Between these huge changes in the climate, and the radically different chemistry of the planet, most life on Earth was pushed to the brink of extinction.
And this included the new guys -- the photosynthetic bacteria that were pumping out all the oxygen in the first place!
Because, remember, they needed CO2 to survive.
So they were basically being suffocated by their own waste, which ... when I say that out loud, that's just gotta be a terrible way to go.
We don't know the full extent of the damage.
But the effects of this whole episode -- sometimes called the Oxygen Catastrophe -- is considered one of the biggest extinction events in history.
But, you know how this movie ends, right?
By the time the Huronian glacial period ended, about 2.1 billion years ago, some life remained.
And the life-forms that survived inherited a better, more hospitable planet.
Oxygen was now abundant in the air and water, and a new thing also appeared in the atmosphere: an ozone layer.

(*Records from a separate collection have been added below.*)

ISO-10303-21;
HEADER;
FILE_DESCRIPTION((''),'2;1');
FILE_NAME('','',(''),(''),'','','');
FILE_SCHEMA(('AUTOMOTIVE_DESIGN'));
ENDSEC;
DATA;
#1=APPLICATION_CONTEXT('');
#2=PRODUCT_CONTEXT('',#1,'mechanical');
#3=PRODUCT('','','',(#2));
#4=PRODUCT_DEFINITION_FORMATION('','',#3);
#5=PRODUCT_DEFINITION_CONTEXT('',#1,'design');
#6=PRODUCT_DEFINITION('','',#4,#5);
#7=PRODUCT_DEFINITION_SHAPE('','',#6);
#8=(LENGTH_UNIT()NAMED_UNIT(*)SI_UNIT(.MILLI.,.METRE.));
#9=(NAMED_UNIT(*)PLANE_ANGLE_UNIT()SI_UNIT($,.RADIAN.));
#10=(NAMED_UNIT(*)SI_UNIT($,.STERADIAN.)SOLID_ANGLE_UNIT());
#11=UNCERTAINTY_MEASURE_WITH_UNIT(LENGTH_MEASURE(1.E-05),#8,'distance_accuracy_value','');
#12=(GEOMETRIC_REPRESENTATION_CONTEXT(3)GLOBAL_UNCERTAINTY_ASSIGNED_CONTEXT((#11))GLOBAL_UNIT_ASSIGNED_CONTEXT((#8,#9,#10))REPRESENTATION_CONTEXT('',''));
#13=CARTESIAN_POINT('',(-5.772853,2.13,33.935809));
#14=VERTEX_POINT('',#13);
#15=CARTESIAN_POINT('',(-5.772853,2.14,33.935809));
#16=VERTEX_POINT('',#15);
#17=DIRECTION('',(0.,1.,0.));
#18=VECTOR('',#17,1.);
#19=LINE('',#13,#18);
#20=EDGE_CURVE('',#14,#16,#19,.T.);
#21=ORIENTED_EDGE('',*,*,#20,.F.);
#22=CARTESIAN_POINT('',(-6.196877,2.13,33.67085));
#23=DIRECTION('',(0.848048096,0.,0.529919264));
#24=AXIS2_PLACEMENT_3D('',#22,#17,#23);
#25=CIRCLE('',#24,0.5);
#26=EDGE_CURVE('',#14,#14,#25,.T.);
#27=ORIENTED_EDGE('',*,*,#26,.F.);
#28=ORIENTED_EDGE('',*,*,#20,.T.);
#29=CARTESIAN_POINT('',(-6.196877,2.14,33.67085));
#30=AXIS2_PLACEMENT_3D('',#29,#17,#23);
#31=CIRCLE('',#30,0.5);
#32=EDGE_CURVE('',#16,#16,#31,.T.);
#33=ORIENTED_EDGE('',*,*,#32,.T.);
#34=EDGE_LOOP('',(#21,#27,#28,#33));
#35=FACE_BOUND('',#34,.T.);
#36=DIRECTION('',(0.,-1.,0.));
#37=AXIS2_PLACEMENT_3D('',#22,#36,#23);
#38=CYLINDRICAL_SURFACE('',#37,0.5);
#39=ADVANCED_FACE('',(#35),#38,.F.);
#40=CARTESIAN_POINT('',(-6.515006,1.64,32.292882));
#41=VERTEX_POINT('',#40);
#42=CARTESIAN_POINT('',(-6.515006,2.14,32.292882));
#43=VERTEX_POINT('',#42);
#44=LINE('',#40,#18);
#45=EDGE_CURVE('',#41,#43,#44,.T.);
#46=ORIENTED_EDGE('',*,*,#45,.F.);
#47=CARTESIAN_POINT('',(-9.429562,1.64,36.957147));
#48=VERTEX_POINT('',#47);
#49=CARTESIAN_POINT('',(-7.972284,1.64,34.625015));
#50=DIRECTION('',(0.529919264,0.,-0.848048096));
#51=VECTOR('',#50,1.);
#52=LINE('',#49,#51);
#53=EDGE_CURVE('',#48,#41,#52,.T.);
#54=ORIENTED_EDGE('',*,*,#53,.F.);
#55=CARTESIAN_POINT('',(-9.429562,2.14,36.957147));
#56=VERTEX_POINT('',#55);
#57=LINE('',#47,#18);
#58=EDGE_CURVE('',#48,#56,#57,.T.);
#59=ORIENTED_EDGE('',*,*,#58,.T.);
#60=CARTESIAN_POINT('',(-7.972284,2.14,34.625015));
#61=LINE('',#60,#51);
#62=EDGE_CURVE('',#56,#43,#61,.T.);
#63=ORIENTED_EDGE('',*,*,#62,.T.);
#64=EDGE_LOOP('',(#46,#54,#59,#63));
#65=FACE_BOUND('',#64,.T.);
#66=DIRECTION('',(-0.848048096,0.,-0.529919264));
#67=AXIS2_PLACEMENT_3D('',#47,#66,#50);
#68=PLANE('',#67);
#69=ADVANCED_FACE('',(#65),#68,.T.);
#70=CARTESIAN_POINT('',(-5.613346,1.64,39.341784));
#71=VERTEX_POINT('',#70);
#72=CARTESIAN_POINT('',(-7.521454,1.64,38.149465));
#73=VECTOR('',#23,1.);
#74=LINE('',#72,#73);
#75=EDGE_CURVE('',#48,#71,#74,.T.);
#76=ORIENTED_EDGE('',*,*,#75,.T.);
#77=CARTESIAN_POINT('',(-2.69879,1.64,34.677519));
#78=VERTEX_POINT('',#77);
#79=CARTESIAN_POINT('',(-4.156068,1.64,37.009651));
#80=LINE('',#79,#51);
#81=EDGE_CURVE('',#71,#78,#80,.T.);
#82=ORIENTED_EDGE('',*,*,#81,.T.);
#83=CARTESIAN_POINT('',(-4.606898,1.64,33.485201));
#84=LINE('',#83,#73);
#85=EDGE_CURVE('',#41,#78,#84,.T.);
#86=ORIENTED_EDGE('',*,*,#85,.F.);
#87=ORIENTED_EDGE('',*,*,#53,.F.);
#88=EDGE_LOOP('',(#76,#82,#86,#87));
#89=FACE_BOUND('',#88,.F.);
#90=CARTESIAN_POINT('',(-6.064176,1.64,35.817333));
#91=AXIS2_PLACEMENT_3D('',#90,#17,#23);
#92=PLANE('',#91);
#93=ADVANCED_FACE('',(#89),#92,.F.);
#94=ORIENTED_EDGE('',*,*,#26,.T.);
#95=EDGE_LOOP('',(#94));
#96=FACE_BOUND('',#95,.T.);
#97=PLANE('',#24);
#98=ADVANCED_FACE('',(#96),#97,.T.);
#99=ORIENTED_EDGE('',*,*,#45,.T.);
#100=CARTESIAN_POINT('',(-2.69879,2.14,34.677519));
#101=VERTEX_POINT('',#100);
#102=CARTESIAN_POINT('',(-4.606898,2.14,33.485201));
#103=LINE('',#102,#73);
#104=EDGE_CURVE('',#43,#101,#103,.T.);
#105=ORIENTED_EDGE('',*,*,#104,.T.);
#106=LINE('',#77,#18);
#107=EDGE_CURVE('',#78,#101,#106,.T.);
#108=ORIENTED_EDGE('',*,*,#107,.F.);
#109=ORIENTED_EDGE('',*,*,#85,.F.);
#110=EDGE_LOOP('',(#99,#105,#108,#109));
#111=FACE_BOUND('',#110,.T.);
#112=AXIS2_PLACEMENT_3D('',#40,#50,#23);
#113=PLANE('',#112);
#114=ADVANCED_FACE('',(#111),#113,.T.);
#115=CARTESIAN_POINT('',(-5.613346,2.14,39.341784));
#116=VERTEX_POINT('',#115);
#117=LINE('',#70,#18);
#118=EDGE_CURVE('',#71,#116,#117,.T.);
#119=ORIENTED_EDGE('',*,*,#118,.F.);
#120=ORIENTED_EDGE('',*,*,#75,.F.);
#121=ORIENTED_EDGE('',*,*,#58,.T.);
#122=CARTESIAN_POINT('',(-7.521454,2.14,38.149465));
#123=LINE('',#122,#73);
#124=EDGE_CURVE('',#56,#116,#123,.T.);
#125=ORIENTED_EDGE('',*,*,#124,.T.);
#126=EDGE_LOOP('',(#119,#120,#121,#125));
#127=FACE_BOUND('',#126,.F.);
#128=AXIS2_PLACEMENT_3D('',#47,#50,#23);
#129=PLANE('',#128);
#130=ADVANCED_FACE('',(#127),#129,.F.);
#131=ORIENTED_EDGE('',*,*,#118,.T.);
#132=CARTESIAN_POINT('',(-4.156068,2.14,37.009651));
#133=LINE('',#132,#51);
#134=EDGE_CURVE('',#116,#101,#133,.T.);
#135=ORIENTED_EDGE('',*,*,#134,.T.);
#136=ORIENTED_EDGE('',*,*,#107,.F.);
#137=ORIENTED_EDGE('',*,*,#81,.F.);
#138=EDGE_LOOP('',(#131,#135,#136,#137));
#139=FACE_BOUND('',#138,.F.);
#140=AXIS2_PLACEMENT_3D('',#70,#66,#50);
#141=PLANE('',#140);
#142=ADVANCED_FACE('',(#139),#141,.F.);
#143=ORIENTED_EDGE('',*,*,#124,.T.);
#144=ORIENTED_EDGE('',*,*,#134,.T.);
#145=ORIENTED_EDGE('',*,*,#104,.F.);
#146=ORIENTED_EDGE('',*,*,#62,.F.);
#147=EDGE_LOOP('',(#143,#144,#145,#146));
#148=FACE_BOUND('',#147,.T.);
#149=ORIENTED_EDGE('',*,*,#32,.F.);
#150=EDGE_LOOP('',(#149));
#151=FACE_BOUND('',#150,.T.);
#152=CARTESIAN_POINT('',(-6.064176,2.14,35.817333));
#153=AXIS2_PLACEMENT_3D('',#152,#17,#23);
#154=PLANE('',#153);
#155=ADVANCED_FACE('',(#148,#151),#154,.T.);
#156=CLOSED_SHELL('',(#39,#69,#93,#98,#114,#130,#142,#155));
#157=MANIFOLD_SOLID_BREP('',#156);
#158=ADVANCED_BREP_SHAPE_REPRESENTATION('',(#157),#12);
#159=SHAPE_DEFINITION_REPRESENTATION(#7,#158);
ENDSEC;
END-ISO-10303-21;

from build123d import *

# Parameters (mm, degrees)
CYLINDER066_R      = 0.5
CYLINDER066_DEPTH  = 0.01
BOX145_W           = 4.5
BOX145_H           = 5.5
BOX145_DEPTH       = 0.5
CUT067_ROLL_ANGLE  = -90
CUT067_PITCH_ANGLE = -32


with BuildPart() as cylinder066:
    # Cylinder066 → Cylinder066 (new body)
    with BuildSketch(Plane(origin=(1, 4.5, 0.49), x_dir=(1, 0, 0), z_dir=(0, 0, 1))):
        Circle(CYLINDER066_R)
    extrude(amount=CYLINDER066_DEPTH)


with BuildPart() as small_linbo3_plate068:
    # Box145 → Box145 (new body)
    with BuildSketch(Plane.XY):
        with Locations((2.25, 2.75)):
            Rectangle(BOX145_W, BOX145_H)
    extrude(amount=BOX145_DEPTH)

    # Cut067: cut Cylinder066
    add(cylinder066.part, mode=Mode.SUBTRACT)


with BuildPart() as small_linbo3_plate068_1:
    # Cut067 roll: moved
    add(small_linbo3_plate068.part.rotate(Axis((0, 0, 0), (1, 0, 0)), CUT067_ROLL_ANGLE))


with BuildPart() as small_linbo3_plate068_2:
    # Cut067 pitch: moved
    add(small_linbo3_plate068_1.part.rotate(Axis((0, 0, 0), (0, 1, 0)), CUT067_PITCH_ANGLE))


with BuildPart() as small_linbo3_plate068_3:
    # Cut067 placement: moved
    add(small_linbo3_plate068_2.part.moved(Location((-9.429562, 1.64, 36.957147))))


solid = small_linbo3_plate068_3.part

This coating of molecular oxygen helped block dangerous ultraviolet radiation from the sun, and suddenly new things became possible.
From there, well, you know what happens.
Life became more complex and awesome and wonderful, and here we are.
It seems strange that bacteria could end up covering the whole world in ice.
And who'da thought oxygen would be responsible for wiping out ... almost everybody?
But it just goes to show you that, sometimes, things gotta get worse before they get better.